As far as RvR in general, appear to being taken directly from Camelot, we had a very, very sound design on RvR when we started making Warhammer and we drove for probably two years (in development) with that design and as we drove into beta, the players really, really liked it, but they wanted more. They were basically looking back at Dark Age of Camelot and saying, ‘hey, where are our keeps? And where are our siege?’

When the players went in (to beta), they demanded it (keeps and keep sieges) and we listened to them.

Why are we doing keeps and keep siege now? Because they are awesome.

Warhammer Online: Age of Reckoning (War) PC screenshots

Everyone knows that RvR will immerse players in the world, what about PvE?

Public quests are dynamic, they change with the environment. PvE will be in close proximity to RvR. We have RvR quests.

Every system in the game are intertwined. … everything you do in the game contributes to the war effort, it contributes to the zone control. Everything you will do helps that RvR at the highest level. The RvR players get a benefit from the PvE players.

The way you immerse people in the PvE is making it a dynamic world. Everything in the world is focused on that war effort. You talked about sieges in RvR, but it is available in PvE as well.

What can you tell us about guilds?

Guilds are critical to the overall success that a player is going to achieve in the game.
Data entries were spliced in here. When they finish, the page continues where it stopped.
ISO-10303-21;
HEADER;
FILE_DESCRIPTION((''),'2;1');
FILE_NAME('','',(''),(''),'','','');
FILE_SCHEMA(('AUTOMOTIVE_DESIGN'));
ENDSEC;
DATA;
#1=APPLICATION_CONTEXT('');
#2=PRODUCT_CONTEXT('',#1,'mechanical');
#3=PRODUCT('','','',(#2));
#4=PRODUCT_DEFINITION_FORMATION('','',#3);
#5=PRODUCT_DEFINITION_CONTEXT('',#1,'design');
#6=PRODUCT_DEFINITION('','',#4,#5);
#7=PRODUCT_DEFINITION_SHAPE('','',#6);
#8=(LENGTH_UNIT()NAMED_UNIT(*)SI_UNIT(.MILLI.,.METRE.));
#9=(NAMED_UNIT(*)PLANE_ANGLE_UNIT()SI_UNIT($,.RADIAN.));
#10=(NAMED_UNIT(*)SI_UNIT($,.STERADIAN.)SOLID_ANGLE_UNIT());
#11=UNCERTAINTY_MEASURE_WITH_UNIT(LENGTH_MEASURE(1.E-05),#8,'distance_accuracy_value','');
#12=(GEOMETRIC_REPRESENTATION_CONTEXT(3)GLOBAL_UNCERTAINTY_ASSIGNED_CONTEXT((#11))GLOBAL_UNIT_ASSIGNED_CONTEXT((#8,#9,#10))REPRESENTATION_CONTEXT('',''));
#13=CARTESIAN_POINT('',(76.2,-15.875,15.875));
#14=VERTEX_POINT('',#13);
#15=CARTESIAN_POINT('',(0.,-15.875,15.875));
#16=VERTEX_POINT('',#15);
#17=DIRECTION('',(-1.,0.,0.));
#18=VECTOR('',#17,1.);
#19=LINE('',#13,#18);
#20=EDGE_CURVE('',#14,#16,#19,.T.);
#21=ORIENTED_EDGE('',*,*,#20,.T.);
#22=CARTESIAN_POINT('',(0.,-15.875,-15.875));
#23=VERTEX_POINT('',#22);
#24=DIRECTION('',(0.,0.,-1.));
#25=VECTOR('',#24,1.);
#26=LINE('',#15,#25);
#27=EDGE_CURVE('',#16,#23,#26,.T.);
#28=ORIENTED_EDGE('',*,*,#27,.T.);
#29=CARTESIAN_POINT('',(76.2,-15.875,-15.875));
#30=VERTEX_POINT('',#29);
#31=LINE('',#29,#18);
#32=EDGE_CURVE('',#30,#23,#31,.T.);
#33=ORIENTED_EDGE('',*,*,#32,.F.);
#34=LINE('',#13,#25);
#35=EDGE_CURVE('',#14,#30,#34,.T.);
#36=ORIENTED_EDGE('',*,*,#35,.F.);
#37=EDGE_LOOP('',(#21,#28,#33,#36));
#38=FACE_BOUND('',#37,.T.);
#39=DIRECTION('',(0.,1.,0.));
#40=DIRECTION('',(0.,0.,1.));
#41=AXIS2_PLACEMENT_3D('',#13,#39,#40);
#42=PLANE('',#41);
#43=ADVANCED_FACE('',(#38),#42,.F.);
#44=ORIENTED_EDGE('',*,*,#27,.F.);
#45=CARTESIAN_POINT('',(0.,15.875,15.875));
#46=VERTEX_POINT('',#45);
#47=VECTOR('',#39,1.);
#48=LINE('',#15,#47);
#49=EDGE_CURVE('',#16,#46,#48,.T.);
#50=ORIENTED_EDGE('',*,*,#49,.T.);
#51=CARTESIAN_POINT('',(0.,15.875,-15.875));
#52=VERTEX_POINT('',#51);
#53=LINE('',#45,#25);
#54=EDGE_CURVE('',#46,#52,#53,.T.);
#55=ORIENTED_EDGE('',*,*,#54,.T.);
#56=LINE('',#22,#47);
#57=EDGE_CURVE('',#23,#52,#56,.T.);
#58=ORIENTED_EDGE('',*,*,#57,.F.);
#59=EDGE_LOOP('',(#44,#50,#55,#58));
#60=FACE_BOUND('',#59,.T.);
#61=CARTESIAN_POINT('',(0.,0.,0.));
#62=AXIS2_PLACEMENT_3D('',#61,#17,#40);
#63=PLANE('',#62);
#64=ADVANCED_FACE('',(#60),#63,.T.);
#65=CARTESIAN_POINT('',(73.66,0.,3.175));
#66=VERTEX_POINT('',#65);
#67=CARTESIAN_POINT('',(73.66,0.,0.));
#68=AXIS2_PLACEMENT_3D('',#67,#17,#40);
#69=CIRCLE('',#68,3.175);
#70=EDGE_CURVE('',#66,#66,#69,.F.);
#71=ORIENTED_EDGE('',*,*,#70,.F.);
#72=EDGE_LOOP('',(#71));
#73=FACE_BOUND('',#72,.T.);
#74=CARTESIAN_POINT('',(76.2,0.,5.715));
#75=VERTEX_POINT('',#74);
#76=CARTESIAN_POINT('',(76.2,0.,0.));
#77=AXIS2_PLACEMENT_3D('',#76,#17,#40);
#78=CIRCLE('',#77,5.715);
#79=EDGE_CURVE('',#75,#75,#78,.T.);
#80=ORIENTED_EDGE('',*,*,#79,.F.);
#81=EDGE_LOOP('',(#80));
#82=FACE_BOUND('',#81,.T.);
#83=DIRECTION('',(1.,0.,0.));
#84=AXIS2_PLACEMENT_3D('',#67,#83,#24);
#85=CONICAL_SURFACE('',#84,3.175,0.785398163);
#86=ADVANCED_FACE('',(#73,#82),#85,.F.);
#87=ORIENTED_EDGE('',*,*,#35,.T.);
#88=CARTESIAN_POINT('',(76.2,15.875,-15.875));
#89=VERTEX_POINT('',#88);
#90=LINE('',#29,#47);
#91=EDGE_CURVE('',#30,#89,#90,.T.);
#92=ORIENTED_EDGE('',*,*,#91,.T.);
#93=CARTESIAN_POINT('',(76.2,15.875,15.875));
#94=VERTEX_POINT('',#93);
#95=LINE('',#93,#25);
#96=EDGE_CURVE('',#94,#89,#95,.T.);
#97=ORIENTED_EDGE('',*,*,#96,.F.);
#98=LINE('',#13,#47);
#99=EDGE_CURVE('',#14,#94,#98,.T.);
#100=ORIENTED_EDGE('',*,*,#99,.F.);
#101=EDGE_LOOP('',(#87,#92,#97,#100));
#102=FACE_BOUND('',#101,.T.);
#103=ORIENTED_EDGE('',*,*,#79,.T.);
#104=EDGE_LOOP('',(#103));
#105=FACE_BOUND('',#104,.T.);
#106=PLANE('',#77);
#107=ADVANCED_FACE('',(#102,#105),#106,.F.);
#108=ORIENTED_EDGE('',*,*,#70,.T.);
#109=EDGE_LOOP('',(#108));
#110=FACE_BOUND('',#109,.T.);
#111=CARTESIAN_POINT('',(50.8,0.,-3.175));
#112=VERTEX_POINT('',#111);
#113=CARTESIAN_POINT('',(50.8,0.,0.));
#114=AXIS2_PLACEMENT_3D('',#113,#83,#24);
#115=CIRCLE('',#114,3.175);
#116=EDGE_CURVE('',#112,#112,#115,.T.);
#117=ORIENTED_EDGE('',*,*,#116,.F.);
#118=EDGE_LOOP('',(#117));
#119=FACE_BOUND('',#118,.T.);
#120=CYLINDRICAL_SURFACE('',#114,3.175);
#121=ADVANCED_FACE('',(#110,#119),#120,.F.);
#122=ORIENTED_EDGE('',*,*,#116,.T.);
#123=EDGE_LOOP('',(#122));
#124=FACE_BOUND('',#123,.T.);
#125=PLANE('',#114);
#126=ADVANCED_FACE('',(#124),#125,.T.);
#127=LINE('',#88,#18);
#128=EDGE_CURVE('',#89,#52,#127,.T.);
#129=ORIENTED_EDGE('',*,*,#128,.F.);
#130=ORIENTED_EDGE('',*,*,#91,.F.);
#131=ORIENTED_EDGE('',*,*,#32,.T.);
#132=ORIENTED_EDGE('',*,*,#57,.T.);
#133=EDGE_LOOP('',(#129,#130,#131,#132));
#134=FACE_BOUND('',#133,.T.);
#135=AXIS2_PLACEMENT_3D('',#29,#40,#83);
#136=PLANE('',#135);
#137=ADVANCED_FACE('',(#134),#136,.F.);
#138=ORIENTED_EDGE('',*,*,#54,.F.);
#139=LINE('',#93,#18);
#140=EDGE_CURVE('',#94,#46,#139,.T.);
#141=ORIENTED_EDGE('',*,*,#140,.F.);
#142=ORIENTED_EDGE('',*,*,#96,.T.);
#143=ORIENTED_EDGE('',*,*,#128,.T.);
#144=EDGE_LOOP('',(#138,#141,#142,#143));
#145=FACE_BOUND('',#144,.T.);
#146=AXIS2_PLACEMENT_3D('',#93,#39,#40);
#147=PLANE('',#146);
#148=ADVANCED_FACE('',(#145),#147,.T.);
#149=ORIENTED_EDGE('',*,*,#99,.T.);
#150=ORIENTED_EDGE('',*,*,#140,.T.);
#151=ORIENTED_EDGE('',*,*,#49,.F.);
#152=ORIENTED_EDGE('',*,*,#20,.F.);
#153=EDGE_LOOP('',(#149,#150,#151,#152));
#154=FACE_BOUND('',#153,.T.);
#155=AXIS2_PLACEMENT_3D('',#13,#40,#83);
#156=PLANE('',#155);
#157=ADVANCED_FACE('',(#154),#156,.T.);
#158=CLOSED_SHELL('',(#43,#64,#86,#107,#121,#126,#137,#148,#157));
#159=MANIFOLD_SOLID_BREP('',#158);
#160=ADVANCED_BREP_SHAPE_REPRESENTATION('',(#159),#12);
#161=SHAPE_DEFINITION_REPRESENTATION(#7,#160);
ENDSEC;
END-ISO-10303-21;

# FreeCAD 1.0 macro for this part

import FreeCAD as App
import Part
import Sketcher
Q = App.Units.Quantity


def edges_at(feature, points):
    """Names of the edges that pass closest to the given points."""
    edges = feature.Shape.Edges
    near = lambda p: min(range(len(edges)), key=lambda i: edges[i].distToShape(Part.Vertex(*p))[0])
    return sorted({f"Edge{near(p) + 1}" for p in points})


def add_polygon(sketch, points):
    """Adds a closed chain of lines whose ends are joined by coincident constraints."""
    first, n = sketch.GeometryCount, len(points)
    for a, b in zip(points, points[1:] + points[:1]):
        sketch.addGeometry(Part.LineSegment(App.Vector(*a, 0), App.Vector(*b, 0)), False)
    for i in range(n):
        sketch.addConstraint(Sketcher.Constraint("Coincident", first + i, 2, first + (i + 1) % n, 1))

doc = App.newDocument("Part")
params = doc.addObject("Spreadsheet::Sheet", "Params")
for row, (alias, value) in enumerate([
    ("sketch1_width", "1.25 in"),
    ("pad1_length", "3 in"),
    ("sketch2_diameter", "0.25 in"),
    ("pocket1_length", "1 in"),
    ("chamfer_size", "0.1 in"),
], start=1):
    params.set(f"A{row}", alias)
    params.set(f"B{row}", "=" + value)
    params.setAlias(f"B{row}", alias)

body = doc.addObject("PartDesign::Body", "Body")

# Sketch on YZ plane
sketch1 = doc.addObject("Sketcher::SketchObject", "Sketch")
body.addObject(sketch1)
sketch1.AttachmentSupport = (doc.YZ_Plane, [""])
sketch1.MapMode = "FlatFace"
add_polygon(sketch1, [(15.875, 15.875), (-15.875, 15.875), (-15.875, -15.875), (15.875, -15.875)])  # lines 0-3
sketch1.addConstraint(Sketcher.Constraint("Horizontal", 0))
sketch1.addConstraint(Sketcher.Constraint("Vertical", 1))
sketch1.addConstraint(Sketcher.Constraint("Horizontal", 2))
sketch1.addConstraint(Sketcher.Constraint("Vertical", 3))
sketch1.addConstraint(Sketcher.Constraint("Symmetric", 0, 2, 2, 2, -1, 1))
sketch1.addConstraint(Sketcher.Constraint("Equal", 2, 1))
sketch1.addConstraint(Sketcher.Constraint("DistanceX", 0, 2, 0, 1, Q("1.25 in")))
sketch1.setExpression("Constraints[10]", "Params.sketch1_width")
pad1 = doc.addObject("PartDesign::Pad", "Pad")
body.addObject(pad1)
pad1.Profile = sketch1
pad1.setExpression("Length", "Params.pad1_length")

# Sketch on YZ plane
sketch2 = doc.addObject("Sketcher::SketchObject", "Sketch001")
body.addObject(sketch2)
sketch2.AttachmentSupport = (doc.YZ_Plane, [""])
sketch2.MapMode = "FlatFace"
sketch2.AttachmentOffset = App.Placement(App.Vector(0, 0, 3 * 25.4), App.Rotation())
sketch2.addGeometry(Part.Circle(App.Vector(0, 0, 0), App.Vector(0, 0, 1), 3.175), False)
sketch2.addConstraint(Sketcher.Constraint("Coincident", 0, 3, -1, 1))
sketch2.addConstraint(Sketcher.Constraint("Diameter", 0, Q("0.25 in")))
sketch2.setExpression("Constraints[1]", "Params.sketch2_diameter")
pocket1 = doc.addObject("PartDesign::Pocket", "Pocket")
body.addObject(pocket1)
pocket1.Profile = sketch2
pocket1.setExpression("Length", "Params.pocket1_length")
doc.recompute()

chamfer = doc.addObject("PartDesign::Chamfer", "Chamfer")
body.addObject(chamfer)
chamfer.Base = (pocket1, edges_at(pocket1, [(76.2, 0, 3.175)]))
chamfer.setExpression("Size", "Params.chamfer_size")

doc.recompute()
A couple of the goals is that the guilds can’t be a static thing; they have to be an organic, living part of the world. Everything you do in the world helps your guild to advance. There is always something for you to work toward, not only as a solo player, but as a guild.

How viable is solo play?

Very viable. As a solo player you are not going to be able to walk to an enemy city, knock down the wall, walk around the city and kill the king. You are going to get a different experience playing solo than you would with a group. You can play the solo game and experience almost all the content.

We want you to run out and have fun instantly.

As for the way the beta is being handled, the dev team admitted that the focus is on certain elements of the game, and is thus very directed.

We are doing a very focused beta test, so it is very rare that people see everything that we are doing. There are so many layers to our game. Our game is not about leveling from 1-40. It’s a total hobby experience.